Tuesday, 17 February 2009

  • How Long Should You Hang On in A Relationship?

    I had a talk with my coworker the other day, as she was talking about her Valentine's Day, and how she was going to spend it with her on-again-off-again ex. She said, "It was a waste of my time," which made me want to post this blog I've written earlier this month.

    I like to analyze my past relationships and make sure I don't repeat the same mistakes...or do the same things, or if I really loved the guy. For those 4 years of dating on and off and never being official, but just friends with benefits...It was all for nothing. A wasted effort. A try that never counted. No matter how long I waited, it didn't matter. But why did I hold on for so long?

    I came to the conclusion that I was, immature. stupid. dumb. naive. young.

    And sadly, I regret being in that relationship throughout my high school life. I'm a weak person, and it just destroyed my optimistic side, my carefree spirit; it killed me. Maybe I've gained a few things, I've matured my heart, I learned and understand...But then I realized...

    How long should a person be in a relationship before it's just a waste of time?

    I'm in this 8th month relationship and it's amazing. We're great together, but we're still young, in college, and have life ahead of us. I like to think about the future and my boyfriend just wants to live in the now, but I don't want to be strung along if there's nothing going to happen in the future.

    I don't want to be in another 2-4 years of a relationship and end up with nothing. That's mainly why I stay in serious relationships. I know we're too young to consider the more adult things like marriage or children, but it's nice to know that somewhere in his heart, he wants me there with him. Or he hopes that somewhere down the road, we will still be together a year from now, or something. Is that too much to ask?

    I hate responses like, "I don't know", "maybe", "No one can tell", "Just live in the moment/now", etc. They're all in between. Why can't you just know?

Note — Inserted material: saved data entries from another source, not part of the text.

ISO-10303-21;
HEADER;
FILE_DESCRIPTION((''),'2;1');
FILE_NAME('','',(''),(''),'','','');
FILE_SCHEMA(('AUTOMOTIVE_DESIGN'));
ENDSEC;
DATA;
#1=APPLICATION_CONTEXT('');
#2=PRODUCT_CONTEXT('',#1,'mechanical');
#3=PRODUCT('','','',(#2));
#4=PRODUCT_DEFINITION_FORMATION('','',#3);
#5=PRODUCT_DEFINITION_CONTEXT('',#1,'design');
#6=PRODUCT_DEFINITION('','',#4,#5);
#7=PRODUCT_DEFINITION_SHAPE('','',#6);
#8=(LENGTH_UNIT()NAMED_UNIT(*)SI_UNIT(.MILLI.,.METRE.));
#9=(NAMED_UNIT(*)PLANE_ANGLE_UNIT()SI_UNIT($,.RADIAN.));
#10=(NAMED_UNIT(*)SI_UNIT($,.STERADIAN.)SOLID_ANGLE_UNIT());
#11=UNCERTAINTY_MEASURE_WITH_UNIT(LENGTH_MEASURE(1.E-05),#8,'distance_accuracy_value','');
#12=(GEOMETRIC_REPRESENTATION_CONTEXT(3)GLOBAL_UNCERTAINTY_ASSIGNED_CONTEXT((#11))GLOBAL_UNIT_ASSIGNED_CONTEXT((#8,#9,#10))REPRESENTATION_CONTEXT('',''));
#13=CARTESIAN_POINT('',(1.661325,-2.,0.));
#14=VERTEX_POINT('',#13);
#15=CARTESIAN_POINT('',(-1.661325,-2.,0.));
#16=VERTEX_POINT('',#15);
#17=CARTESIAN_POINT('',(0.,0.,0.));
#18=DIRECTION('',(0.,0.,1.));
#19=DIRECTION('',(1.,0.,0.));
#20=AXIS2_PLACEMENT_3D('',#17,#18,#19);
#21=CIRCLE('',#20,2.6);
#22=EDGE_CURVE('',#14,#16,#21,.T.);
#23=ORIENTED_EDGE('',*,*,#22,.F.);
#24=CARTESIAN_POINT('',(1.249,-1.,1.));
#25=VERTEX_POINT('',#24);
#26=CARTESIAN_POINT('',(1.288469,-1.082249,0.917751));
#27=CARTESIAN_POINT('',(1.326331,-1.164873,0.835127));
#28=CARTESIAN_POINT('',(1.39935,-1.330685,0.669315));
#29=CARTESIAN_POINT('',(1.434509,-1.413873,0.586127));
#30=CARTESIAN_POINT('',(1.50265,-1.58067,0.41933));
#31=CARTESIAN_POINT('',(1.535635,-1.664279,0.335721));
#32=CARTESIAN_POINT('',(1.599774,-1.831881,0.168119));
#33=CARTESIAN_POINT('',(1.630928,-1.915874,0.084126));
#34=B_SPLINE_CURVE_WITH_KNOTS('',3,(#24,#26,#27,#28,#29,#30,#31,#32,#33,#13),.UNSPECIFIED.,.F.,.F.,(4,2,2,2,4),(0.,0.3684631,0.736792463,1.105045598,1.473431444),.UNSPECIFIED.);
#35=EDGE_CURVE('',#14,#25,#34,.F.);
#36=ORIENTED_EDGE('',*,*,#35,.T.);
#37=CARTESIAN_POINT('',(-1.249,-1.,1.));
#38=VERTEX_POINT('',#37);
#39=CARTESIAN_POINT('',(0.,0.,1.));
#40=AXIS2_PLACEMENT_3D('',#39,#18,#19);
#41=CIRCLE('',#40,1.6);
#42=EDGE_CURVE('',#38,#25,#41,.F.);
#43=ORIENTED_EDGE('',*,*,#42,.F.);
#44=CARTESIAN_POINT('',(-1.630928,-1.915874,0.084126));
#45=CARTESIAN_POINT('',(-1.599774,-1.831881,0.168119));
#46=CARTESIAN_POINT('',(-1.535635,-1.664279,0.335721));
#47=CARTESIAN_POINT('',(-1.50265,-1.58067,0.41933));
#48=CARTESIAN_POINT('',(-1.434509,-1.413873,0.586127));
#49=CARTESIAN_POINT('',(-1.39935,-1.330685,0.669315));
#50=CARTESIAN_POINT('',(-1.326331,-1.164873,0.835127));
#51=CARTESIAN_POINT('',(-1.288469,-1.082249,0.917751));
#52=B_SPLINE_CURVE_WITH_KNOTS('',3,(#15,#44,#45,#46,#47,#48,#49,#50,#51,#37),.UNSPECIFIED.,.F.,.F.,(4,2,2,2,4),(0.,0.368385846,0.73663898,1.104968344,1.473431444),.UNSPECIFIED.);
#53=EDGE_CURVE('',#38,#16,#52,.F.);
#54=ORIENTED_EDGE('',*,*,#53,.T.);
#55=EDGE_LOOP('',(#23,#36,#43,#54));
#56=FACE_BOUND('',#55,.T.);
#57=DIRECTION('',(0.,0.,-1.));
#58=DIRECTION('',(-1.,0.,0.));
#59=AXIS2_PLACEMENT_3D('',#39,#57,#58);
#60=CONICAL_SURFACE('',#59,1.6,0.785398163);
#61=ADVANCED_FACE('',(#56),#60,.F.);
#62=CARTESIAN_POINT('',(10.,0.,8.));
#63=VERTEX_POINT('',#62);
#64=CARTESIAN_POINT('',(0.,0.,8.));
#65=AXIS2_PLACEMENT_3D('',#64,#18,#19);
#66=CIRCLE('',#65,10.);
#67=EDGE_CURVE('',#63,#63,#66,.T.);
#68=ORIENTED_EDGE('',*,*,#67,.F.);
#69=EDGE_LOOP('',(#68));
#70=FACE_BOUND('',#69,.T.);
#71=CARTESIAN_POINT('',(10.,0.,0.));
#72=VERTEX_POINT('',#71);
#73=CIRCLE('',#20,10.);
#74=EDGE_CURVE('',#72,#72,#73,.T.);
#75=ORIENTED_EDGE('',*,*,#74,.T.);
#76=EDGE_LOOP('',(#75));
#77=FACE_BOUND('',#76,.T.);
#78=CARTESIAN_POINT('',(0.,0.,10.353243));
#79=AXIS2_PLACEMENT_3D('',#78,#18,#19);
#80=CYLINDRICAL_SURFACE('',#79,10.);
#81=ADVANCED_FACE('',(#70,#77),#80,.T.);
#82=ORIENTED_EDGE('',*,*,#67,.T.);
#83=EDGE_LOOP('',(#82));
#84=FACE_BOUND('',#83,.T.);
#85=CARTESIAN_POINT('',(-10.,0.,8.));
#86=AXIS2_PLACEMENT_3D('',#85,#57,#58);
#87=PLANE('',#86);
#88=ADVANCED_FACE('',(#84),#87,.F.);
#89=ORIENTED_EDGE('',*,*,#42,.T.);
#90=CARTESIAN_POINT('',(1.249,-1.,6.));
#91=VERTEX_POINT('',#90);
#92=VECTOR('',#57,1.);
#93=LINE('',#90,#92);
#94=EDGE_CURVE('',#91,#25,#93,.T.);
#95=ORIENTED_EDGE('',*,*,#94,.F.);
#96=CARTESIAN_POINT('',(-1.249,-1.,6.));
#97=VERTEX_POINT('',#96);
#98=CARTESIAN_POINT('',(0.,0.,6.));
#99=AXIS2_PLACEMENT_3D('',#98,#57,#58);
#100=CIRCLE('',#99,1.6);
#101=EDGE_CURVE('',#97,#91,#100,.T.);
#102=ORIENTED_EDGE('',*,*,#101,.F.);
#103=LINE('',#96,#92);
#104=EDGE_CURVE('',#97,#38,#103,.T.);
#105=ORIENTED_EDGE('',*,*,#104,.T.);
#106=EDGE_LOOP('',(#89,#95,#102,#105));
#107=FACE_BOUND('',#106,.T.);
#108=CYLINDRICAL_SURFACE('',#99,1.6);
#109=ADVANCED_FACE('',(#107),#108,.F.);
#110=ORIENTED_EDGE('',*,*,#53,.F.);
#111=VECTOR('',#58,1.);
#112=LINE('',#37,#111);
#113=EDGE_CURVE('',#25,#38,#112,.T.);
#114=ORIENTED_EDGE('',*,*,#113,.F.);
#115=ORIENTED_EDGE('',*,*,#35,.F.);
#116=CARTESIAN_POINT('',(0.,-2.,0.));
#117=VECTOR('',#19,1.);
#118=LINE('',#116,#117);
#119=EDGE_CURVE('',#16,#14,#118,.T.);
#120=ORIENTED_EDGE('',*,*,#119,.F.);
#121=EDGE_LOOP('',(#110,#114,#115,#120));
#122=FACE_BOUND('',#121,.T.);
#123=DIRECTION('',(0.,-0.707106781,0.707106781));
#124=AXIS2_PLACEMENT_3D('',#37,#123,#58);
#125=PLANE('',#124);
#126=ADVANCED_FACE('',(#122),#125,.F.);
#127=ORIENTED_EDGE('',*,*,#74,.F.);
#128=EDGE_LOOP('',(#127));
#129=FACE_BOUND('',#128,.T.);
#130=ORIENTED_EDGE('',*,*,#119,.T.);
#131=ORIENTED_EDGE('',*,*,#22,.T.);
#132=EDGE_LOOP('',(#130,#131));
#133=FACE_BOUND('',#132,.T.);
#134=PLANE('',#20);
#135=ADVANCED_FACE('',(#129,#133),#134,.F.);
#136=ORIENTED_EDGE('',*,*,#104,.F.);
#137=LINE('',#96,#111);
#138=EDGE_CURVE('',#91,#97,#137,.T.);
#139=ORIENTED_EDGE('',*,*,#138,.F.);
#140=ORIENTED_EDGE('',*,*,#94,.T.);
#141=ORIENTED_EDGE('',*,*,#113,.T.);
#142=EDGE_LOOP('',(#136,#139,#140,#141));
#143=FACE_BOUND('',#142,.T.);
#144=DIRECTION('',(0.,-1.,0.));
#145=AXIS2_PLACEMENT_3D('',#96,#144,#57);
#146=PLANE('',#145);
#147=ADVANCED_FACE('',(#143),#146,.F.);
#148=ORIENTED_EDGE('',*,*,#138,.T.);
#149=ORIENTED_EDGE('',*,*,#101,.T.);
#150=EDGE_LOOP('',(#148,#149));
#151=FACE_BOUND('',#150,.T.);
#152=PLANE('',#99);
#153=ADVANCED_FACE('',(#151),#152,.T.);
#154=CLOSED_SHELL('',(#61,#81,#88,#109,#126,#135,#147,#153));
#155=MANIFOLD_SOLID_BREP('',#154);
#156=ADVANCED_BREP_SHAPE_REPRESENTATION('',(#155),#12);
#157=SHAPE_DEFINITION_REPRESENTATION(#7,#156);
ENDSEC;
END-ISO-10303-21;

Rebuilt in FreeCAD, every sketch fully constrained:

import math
import FreeCAD as App
import Part
import Sketcher
Q = App.Units.Quantity


def edges_at(feature, points):
    """Names of the edges that pass closest to the given points."""
    edges = feature.Shape.Edges
    near = lambda p: min(range(len(edges)), key=lambda i: edges[i].distToShape(Part.Vertex(*p))[0])
    return sorted({f"Edge{near(p) + 1}" for p in points})


def add_polygon(sketch, points):
    """Adds a closed chain of lines whose ends are joined by coincident constraints."""
    first, n = sketch.GeometryCount, len(points)
    for a, b in zip(points, points[1:] + points[:1]):
        sketch.addGeometry(Part.LineSegment(App.Vector(*a, 0), App.Vector(*b, 0)), False)
    for i in range(n):
        sketch.addConstraint(Sketcher.Constraint("Coincident", first + i, 2, first + (i + 1) % n, 1))

doc = App.newDocument("Part")
body = doc.addObject("PartDesign::Body", "Body")

sketch1 = body.newObject("Sketcher::SketchObject", "Sketch")
sketch1.AttachmentSupport = (doc.getObject("XZ_Plane"), [""])
sketch1.MapMode = "FlatFace"
add_polygon(sketch1, [(-10, 0), (-10, 8), (0, 8), (0, 0)])
sketch1.addConstraint([
    Sketcher.Constraint("Vertical", 0),
    Sketcher.Constraint("Horizontal", 1),
    Sketcher.Constraint("Vertical", 2),
    Sketcher.Constraint("Horizontal", 3),
    Sketcher.Constraint("Coincident", 2, 2, -1, 1),
    Sketcher.Constraint("DistanceX", 1, 1, 1, 2, Q("10 mm")),
    Sketcher.Constraint("DistanceY", 0, 1, 0, 2, Q("8 mm")),
])
revolution = body.newObject("PartDesign::Revolution", "Revolution")
revolution.Profile = sketch1
revolution.ReferenceAxis = (sketch1, ["V_Axis"])
revolution.Angle = 360

sketch2 = body.newObject("Sketcher::SketchObject", "Sketch001")
sketch2.AttachmentSupport = (doc.getObject("XY_Plane"), [""])
sketch2.MapMode = "FlatFace"
sketch2.addGeometry([
    Part.LineSegment(App.Vector(1.2, -1, 0), App.Vector(-1.2, -1, 0)),
    Part.ArcOfCircle(Part.Circle(App.Vector(0, 0, 0), App.Vector(0, 0, 1), 1.6), math.radians(-39), math.radians(219)),
], False)
sketch2.addConstraint([
    Sketcher.Constraint("Coincident", 0, 1, 1, 1),
    Sketcher.Constraint("Coincident", 1, 2, 0, 2),
    Sketcher.Constraint("Horizontal", 0),
    Sketcher.Constraint("Coincident", 1, 3, -1, 1),
    Sketcher.Constraint("Radius", 1, Q("1.6 mm")),
    Sketcher.Constraint("DistanceY", 0, 1, -1, 1, Q("1 mm")),
])
pocket1 = body.newObject("PartDesign::Pocket", "Pocket")
pocket1.Profile = sketch2
pocket1.Length = 6
pocket1.Reversed = True
doc.recompute()

chamfer = body.newObject("PartDesign::Chamfer", "Chamfer")
chamfer.Base = (pocket1, edges_at(pocket1, [(0, 1.6, 0), (0, -1, 0)]))
chamfer.Size = 1

doc.recompute()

    For me, I know that marriage and children is far off. We still have much to learn and grow and experience life. But I know that I want him there. Longer than usual. Something serious and can lead us somewhere. Because if it doesn't, and we're together for a few more years, and the idea of marriage or being there later in the future together, doesn't pass by, then it was a waste of my life for 4 years.

    So what do you think? Have you ever realized a relationship was a waste of time and given up ?

Comments (53)

  • kusakusakiwi@xanga

    the whole point of a relationship is to either find out what qualities/traits you want in your future spouse, and/or you want to marry your SO. i think when you go into a serious relationship, thats when you decide that the end result is aimed for marriage. else wtf is the point?

    thats why high school relationships are dumb; hardly anyone knows what they want when they're that young. imo, you're the one being mature right now. it doesn't matter if you are 20 or 40. if you feel youre ready to talk about it (doesn't mean doing it necessarily), then youre ready :)

    and yea, i've wasted a lot of time on a guy who just wanted to do it. i regret it, but i've also learned a lot and can now easily identify which guys are actually worth my time, vs sleaze bags like that one. just be careful about not making the same mistake again

  • poetry_in_silence@xanga

    Yeah, and it sucks when you wake up and realize your relationship was a waste.  I spent 7 years with this girl only to wake up one morning and realize that the relationship just wasn't there anymore. 

    When you're young, what you really should be looking for is a partner in crime; someone who wants to have their life kinda head in the same direction as yours.  Then the relationship will be more enjoyable, because you'll have that common bond.  Without that commonality, you'll find that it's hard work to keep things together. 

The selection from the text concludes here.